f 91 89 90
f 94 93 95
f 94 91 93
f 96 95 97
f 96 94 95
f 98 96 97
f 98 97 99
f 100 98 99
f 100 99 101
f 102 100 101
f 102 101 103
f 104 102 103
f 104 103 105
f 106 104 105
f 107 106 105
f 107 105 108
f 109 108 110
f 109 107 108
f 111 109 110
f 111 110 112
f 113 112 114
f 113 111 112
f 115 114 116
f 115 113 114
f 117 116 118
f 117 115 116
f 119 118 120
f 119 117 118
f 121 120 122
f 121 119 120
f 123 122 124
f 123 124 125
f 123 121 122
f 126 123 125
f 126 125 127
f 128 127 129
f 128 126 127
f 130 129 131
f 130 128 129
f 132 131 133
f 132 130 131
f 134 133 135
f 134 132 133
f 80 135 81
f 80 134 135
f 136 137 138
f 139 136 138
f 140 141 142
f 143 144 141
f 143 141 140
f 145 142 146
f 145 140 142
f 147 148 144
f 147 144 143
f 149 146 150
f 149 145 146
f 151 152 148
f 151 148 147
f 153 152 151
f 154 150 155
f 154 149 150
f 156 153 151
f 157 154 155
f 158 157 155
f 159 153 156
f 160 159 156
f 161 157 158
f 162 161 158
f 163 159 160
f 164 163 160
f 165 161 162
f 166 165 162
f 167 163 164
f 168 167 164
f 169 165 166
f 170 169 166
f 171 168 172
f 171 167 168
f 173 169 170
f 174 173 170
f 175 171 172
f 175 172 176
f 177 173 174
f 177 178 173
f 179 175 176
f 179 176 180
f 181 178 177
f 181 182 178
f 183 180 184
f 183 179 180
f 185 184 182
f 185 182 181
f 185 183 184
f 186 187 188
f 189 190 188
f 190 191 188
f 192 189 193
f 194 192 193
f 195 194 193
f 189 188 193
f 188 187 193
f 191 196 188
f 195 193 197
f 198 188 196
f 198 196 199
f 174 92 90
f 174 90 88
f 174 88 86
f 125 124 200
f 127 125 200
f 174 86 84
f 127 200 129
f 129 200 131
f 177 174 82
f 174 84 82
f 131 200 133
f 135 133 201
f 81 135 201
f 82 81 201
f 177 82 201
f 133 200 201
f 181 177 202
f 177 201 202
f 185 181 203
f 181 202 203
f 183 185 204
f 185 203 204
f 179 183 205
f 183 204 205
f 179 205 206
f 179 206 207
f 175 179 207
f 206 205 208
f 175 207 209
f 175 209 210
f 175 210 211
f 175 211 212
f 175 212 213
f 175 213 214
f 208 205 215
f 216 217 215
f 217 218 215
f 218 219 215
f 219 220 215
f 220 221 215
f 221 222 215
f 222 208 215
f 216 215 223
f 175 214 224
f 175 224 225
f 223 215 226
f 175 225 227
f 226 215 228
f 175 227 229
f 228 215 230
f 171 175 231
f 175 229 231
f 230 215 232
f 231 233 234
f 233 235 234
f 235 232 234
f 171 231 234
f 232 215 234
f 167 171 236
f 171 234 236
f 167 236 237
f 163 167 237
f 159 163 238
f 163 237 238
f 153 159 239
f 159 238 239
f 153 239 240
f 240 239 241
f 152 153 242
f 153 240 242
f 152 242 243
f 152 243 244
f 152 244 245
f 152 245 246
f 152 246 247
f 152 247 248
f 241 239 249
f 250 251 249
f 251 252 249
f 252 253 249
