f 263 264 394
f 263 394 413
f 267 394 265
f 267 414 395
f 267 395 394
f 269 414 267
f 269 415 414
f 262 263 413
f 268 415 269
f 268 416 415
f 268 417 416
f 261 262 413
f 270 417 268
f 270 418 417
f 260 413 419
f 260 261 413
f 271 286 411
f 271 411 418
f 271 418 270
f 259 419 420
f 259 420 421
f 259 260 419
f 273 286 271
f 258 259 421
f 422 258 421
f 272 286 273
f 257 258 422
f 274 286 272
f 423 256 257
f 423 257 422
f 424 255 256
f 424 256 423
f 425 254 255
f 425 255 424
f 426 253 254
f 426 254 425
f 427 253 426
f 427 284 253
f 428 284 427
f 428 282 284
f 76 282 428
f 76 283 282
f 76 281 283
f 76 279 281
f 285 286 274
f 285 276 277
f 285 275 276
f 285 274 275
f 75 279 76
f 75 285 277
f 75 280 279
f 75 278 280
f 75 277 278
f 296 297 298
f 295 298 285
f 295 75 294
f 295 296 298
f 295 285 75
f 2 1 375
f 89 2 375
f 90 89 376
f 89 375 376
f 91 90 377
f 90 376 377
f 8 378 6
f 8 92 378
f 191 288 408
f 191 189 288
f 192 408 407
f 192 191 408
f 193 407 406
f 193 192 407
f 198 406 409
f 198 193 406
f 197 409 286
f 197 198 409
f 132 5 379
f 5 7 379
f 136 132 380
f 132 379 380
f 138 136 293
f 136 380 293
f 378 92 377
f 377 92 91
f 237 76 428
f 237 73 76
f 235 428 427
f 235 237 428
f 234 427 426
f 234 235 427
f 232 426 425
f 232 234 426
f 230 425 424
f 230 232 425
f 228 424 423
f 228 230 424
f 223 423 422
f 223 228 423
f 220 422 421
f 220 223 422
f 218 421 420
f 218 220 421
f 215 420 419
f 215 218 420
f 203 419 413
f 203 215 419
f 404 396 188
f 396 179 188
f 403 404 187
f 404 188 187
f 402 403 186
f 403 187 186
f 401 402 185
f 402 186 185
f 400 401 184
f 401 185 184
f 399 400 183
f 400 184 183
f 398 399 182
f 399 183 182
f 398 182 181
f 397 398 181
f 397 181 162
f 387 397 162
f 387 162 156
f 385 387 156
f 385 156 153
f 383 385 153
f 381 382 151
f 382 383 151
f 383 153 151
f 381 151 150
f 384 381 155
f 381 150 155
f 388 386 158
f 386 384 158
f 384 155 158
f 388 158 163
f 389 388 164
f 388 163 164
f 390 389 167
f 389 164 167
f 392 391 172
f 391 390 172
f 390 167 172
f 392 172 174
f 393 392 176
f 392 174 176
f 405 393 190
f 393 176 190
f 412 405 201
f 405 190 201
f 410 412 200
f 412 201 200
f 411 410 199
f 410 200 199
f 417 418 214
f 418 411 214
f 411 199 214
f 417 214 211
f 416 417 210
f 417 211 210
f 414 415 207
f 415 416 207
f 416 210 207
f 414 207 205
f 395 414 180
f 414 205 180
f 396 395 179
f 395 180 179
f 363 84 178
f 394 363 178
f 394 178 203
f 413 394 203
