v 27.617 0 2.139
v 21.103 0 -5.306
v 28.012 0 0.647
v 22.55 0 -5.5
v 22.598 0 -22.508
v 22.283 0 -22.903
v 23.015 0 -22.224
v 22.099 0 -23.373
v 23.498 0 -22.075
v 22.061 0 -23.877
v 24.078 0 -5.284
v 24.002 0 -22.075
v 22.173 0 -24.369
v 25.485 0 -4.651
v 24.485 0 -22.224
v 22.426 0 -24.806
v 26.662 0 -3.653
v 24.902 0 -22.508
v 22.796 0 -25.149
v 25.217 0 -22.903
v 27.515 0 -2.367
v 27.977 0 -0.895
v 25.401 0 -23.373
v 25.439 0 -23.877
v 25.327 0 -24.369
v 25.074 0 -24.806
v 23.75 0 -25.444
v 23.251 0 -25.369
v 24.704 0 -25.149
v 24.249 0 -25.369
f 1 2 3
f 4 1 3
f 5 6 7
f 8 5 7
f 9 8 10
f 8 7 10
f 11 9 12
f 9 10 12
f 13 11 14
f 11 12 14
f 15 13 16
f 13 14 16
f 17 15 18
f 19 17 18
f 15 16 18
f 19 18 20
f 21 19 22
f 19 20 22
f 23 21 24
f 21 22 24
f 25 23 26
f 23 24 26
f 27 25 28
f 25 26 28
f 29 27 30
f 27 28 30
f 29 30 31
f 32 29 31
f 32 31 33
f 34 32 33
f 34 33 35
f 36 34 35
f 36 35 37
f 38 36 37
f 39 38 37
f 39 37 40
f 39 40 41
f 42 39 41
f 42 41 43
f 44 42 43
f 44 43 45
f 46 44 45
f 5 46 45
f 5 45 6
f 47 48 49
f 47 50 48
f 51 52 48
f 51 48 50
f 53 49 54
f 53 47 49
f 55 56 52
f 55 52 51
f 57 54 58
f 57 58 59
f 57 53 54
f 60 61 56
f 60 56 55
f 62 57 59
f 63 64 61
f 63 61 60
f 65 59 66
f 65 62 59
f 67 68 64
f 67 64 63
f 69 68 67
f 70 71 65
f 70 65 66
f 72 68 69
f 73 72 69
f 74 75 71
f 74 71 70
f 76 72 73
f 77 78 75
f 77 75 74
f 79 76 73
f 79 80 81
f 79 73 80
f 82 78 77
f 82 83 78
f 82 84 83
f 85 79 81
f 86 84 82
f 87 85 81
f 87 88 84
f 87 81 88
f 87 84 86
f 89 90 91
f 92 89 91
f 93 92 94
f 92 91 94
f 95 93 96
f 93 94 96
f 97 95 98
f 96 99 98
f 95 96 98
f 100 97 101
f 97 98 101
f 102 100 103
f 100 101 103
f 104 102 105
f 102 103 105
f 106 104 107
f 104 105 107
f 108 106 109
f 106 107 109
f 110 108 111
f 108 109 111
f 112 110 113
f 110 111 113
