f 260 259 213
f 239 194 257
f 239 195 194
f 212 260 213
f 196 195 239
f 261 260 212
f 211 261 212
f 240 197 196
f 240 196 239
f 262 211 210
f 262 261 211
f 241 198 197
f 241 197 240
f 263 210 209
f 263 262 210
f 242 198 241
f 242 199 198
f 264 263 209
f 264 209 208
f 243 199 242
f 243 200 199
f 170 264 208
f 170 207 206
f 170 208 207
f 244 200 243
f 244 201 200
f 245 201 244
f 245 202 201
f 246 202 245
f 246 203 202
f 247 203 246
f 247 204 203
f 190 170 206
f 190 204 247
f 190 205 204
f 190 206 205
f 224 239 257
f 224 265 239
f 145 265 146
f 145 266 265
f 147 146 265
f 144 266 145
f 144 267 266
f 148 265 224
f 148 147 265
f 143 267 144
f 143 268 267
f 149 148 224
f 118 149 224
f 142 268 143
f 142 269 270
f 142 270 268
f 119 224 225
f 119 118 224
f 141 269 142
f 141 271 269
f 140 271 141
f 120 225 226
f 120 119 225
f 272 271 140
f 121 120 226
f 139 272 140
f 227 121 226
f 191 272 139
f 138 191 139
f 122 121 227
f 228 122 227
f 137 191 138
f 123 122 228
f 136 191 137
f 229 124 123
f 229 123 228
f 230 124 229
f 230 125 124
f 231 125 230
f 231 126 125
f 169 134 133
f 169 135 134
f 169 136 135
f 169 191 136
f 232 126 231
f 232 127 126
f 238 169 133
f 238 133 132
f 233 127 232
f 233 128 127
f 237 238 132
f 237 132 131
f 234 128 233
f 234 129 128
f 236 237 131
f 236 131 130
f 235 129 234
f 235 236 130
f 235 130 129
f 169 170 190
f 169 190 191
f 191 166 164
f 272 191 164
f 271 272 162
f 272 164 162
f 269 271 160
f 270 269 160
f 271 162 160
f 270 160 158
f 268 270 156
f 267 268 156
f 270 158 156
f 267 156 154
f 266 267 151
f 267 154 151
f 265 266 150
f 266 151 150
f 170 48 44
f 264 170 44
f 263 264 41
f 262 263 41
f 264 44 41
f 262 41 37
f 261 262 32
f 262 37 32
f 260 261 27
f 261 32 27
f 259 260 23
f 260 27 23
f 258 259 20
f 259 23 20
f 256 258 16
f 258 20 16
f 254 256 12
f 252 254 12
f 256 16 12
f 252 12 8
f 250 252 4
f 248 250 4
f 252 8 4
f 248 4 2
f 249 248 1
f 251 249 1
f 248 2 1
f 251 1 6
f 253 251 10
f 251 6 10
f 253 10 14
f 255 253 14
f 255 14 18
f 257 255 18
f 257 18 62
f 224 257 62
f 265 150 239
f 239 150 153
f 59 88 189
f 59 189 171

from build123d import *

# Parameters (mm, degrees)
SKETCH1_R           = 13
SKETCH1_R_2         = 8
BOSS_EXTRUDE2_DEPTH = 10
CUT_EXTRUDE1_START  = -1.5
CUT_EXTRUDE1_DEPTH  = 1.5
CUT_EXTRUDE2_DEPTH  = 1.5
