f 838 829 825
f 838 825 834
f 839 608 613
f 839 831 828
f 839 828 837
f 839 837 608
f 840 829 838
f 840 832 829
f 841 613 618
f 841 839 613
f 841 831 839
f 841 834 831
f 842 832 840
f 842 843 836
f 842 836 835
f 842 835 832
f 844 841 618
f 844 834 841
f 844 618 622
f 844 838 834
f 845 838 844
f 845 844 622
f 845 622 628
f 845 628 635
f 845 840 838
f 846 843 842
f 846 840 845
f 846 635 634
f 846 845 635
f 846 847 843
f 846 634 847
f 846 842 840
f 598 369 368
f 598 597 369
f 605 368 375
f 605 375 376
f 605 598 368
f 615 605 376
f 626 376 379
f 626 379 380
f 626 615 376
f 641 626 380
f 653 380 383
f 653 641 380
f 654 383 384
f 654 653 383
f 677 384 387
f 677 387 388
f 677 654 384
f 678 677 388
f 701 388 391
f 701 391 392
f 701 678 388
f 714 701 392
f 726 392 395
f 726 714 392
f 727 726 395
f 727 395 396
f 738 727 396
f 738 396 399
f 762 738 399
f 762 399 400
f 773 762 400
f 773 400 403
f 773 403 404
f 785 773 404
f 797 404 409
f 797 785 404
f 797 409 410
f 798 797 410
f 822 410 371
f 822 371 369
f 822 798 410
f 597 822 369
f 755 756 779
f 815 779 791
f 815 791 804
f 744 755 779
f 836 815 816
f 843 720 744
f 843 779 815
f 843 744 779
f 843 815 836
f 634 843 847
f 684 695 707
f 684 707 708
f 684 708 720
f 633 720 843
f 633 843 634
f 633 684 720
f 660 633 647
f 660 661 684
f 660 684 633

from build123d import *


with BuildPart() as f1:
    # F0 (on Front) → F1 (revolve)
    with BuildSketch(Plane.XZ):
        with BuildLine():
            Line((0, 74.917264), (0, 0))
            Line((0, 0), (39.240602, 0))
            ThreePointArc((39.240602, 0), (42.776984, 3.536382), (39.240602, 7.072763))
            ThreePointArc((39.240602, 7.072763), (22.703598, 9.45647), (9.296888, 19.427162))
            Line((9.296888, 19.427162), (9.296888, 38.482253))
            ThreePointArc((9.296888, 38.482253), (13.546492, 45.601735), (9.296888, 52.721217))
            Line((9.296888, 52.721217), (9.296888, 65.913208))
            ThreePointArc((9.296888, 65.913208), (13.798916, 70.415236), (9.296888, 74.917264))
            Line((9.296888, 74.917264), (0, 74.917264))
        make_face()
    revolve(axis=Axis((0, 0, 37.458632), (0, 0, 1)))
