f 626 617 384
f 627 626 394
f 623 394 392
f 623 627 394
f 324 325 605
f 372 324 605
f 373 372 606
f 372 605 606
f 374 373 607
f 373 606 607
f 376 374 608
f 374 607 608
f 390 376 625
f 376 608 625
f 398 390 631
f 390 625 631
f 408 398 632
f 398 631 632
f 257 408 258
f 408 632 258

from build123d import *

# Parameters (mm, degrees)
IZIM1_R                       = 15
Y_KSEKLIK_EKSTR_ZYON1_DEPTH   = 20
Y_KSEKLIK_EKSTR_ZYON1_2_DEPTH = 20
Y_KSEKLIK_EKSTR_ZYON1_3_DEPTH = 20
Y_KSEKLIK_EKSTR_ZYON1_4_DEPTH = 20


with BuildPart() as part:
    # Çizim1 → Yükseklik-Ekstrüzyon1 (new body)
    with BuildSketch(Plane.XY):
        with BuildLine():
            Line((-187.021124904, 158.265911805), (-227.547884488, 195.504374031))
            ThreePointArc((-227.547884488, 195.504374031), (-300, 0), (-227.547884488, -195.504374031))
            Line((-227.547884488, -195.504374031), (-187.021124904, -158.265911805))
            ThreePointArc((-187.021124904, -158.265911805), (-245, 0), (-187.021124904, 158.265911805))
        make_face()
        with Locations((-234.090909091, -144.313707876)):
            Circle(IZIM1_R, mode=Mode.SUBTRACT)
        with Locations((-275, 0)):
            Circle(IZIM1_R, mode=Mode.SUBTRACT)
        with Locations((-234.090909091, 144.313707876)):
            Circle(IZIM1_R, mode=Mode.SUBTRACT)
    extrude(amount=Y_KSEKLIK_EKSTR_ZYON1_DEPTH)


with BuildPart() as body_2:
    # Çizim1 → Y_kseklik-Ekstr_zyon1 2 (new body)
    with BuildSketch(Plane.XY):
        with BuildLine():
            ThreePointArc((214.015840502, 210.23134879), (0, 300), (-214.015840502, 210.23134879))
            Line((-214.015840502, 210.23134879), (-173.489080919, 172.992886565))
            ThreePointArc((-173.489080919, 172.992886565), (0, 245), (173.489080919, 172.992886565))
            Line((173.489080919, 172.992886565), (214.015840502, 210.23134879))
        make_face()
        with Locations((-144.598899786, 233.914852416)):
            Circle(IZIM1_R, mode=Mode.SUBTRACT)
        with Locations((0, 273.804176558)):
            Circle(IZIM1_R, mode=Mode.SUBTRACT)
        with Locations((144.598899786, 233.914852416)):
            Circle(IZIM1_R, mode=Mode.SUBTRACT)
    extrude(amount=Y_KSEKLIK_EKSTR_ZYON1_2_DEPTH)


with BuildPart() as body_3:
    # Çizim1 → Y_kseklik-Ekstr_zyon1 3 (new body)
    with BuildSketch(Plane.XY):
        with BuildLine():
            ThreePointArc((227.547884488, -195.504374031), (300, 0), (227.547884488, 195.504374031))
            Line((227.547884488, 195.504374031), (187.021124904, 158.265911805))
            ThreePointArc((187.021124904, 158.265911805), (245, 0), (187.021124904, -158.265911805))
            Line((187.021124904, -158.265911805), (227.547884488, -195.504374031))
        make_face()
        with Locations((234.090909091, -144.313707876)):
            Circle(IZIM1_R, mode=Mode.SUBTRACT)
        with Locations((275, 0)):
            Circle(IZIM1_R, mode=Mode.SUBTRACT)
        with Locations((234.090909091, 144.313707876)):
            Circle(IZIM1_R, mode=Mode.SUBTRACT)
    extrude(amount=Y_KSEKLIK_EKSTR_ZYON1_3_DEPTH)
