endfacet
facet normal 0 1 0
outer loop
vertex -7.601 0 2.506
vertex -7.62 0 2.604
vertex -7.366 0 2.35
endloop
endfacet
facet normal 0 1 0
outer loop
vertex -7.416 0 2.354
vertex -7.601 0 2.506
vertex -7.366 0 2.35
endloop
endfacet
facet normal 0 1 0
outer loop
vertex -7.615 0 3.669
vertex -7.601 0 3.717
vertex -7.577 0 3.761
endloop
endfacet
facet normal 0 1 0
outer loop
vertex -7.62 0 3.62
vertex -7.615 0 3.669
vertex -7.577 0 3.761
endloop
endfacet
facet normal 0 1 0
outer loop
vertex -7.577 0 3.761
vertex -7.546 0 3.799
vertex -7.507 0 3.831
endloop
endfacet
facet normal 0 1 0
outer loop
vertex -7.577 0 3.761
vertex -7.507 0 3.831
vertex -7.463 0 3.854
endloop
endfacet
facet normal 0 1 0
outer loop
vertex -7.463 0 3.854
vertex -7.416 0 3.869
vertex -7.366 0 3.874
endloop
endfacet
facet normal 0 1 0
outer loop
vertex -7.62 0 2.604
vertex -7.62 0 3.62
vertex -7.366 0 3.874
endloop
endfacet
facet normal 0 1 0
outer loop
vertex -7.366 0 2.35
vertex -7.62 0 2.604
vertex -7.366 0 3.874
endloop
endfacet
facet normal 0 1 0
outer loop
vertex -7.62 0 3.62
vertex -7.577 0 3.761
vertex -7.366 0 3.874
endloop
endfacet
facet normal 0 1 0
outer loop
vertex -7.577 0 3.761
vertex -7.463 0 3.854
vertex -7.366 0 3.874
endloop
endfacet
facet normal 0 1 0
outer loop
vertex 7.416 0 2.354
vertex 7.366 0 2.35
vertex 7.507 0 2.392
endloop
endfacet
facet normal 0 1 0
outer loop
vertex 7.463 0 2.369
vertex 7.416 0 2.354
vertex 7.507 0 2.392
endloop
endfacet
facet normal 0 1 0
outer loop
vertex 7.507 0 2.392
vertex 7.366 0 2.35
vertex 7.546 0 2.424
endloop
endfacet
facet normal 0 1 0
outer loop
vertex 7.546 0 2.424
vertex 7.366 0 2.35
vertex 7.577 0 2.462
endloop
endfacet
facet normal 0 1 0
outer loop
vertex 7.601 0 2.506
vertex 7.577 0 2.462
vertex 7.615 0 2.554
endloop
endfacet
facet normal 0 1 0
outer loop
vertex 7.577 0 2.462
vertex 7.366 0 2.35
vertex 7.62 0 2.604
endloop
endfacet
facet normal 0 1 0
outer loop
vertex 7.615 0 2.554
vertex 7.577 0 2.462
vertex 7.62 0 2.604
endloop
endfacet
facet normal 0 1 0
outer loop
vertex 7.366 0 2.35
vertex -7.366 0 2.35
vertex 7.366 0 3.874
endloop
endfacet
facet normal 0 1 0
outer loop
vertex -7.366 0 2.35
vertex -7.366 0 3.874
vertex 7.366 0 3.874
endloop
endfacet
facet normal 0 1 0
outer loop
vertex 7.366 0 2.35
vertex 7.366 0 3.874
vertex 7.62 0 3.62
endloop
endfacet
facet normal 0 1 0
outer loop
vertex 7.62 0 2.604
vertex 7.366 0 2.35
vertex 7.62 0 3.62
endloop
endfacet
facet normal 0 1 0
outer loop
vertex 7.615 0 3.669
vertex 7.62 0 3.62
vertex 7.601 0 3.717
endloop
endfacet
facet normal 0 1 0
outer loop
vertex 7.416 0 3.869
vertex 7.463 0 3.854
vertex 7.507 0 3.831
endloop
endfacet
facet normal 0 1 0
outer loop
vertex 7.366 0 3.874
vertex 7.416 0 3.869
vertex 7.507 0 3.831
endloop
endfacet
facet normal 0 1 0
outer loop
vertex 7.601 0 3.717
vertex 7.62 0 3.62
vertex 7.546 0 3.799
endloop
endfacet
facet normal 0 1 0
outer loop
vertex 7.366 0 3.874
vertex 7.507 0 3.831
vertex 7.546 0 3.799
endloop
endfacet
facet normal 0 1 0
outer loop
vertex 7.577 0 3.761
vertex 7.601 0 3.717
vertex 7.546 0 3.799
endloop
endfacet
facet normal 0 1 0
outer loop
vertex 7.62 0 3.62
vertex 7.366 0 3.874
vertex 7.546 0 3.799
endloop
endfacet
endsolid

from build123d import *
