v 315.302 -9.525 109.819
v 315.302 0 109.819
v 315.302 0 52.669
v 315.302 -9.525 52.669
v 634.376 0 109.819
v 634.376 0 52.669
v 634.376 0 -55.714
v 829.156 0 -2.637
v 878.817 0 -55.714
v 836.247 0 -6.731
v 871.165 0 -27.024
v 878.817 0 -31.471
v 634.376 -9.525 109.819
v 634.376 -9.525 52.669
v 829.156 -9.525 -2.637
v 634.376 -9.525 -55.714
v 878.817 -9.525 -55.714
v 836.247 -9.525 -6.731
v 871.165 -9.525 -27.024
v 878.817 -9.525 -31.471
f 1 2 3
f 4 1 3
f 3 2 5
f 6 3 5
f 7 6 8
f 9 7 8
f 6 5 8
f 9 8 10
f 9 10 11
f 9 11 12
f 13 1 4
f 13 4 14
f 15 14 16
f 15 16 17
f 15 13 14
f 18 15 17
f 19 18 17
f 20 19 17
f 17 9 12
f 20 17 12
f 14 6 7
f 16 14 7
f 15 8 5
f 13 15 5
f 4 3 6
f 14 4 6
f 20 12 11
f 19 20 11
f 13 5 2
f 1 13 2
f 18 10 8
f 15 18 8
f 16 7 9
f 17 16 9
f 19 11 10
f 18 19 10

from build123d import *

# Parameters (mm, degrees)
F0_W     = 304.8
F0_H     = 25.4
F1_DEPTH = 9.525


with BuildPart() as f1:
    # F0 (on Front) → F1 (new body)
    with BuildSketch(Plane.XZ):
        with Locations((474.0515406549, 97.119426218)):
            Rectangle(F0_W, F0_H)
        Polygon((315.3015375137, 52.669426218), (321.6515406549, 52.669426218), (321.6515406549, 84.419426218), (321.6515406549, 109.819426218), (315.3015375137, 109.819426218), align=None)
        Polygon((365.3527498245, 52.669426218), (626.4515406549, 52.669426218), (626.4515406549, 84.419426218), (321.6515406549, 84.419426218), (321.6515406549, 52.669426218), align=None)
        Polygon((626.4515406549, 84.419426218), (626.4515406549, 52.669426218), (634.3763406549, 66.3955824579), (634.3763406549, 109.819426218), (626.4515406549, 109.819426218), align=None)
        Polygon((634.3763406549, 109.819426218), (634.3763406549, 66.3955824579), (642.3265406549, 80.1657327882), (653.179416568, 98.963465278), align=None)
        Polygon((653.179416568, 98.963465278), (642.3265406549, 80.1657327882), (689.9515406549, 52.669426218), (733.3630443075, 52.669426218), align=None)
        Polygon((642.3265406549, 80.1657327882), (634.3763406549, 66.3955824579), (634.3763406549, 52.669426218), (689.9515406549, 52.669426218), align=None)
        Polygon((634.3763406549, 66.3955824579), (626.4515406549, 52.669426218), (634.3763406549, 52.669426218), align=None)
        Polygon((802.4279027039, -48.930573782), (634.3763406549, 48.0940408048), (634.3763406549, -55.7142719626), (807.9667468622, -55.7142719626), (836.2473392138, -6.7308491415), (829.155778617, -2.636534722), (818.3029027039, -21.4342672118), align=None)
        Polygon((634.3763406549, 52.669426218), (634.3763406549, 48.0940408048), (802.4279027039, -48.930573782), (818.3029027039, -21.4342672118), (689.9515406549, 52.669426218), align=None)
        Polygon((733.3630443075, 52.669426218), (689.9515406549, 52.669426218), (818.3029027039, -21.4342672118), (829.155778617, -2.636534722), align=None)
        Polygon((836.2473392138, -6.7308491415), (807.9667468622, -55.7142719626), (824.2119550705, -55.7142719626), (854.6004848789, -55.7142719626), (871.1648442681, -27.0239599059), (848.3022022869, -13.73680994), align=None)
        Polygon((871.1648442681, -27.0239599059), (854.6004848789, -55.7142719626), (878.8170780003, -55.7142719626), (878.8170780003, -31.4712314529), align=None)
    extrude(amount=F1_DEPTH)


solid = f1.part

Exercise aim: Copy every line of the records above that holds the word "ThreePointArc".

Answer to the exercise:
            ThreePointArc((39.240602, 0), (42.776984, 3.536382), (39.240602, 7.072763))
            ThreePointArc((39.240602, 7.072763), (22.703598, 9.45647), (9.296888, 19.427162))
            ThreePointArc((9.296888, 38.482253), (13.546492, 45.601735), (9.296888, 52.721217))
            ThreePointArc((9.296888, 65.913208), (13.798916, 70.415236), (9.296888, 74.917264))
            ThreePointArc((-227.547884488, 195.504374031), (-300, 0), (-227.547884488, -195.504374031))
            ThreePointArc((-187.021124904, -158.265911805), (-245, 0), (-187.021124904, 158.265911805))
            ThreePointArc((214.015840502, 210.23134879), (0, 300), (-214.015840502, 210.23134879))
            ThreePointArc((-173.489080919, 172.992886565), (0, 245), (173.489080919, 172.992886565))
            ThreePointArc((227.547884488, -195.504374031), (300, 0), (227.547884488, 195.504374031))
            ThreePointArc((187.021124904, 158.265911805), (245, 0), (187.021124904, -158.265911805))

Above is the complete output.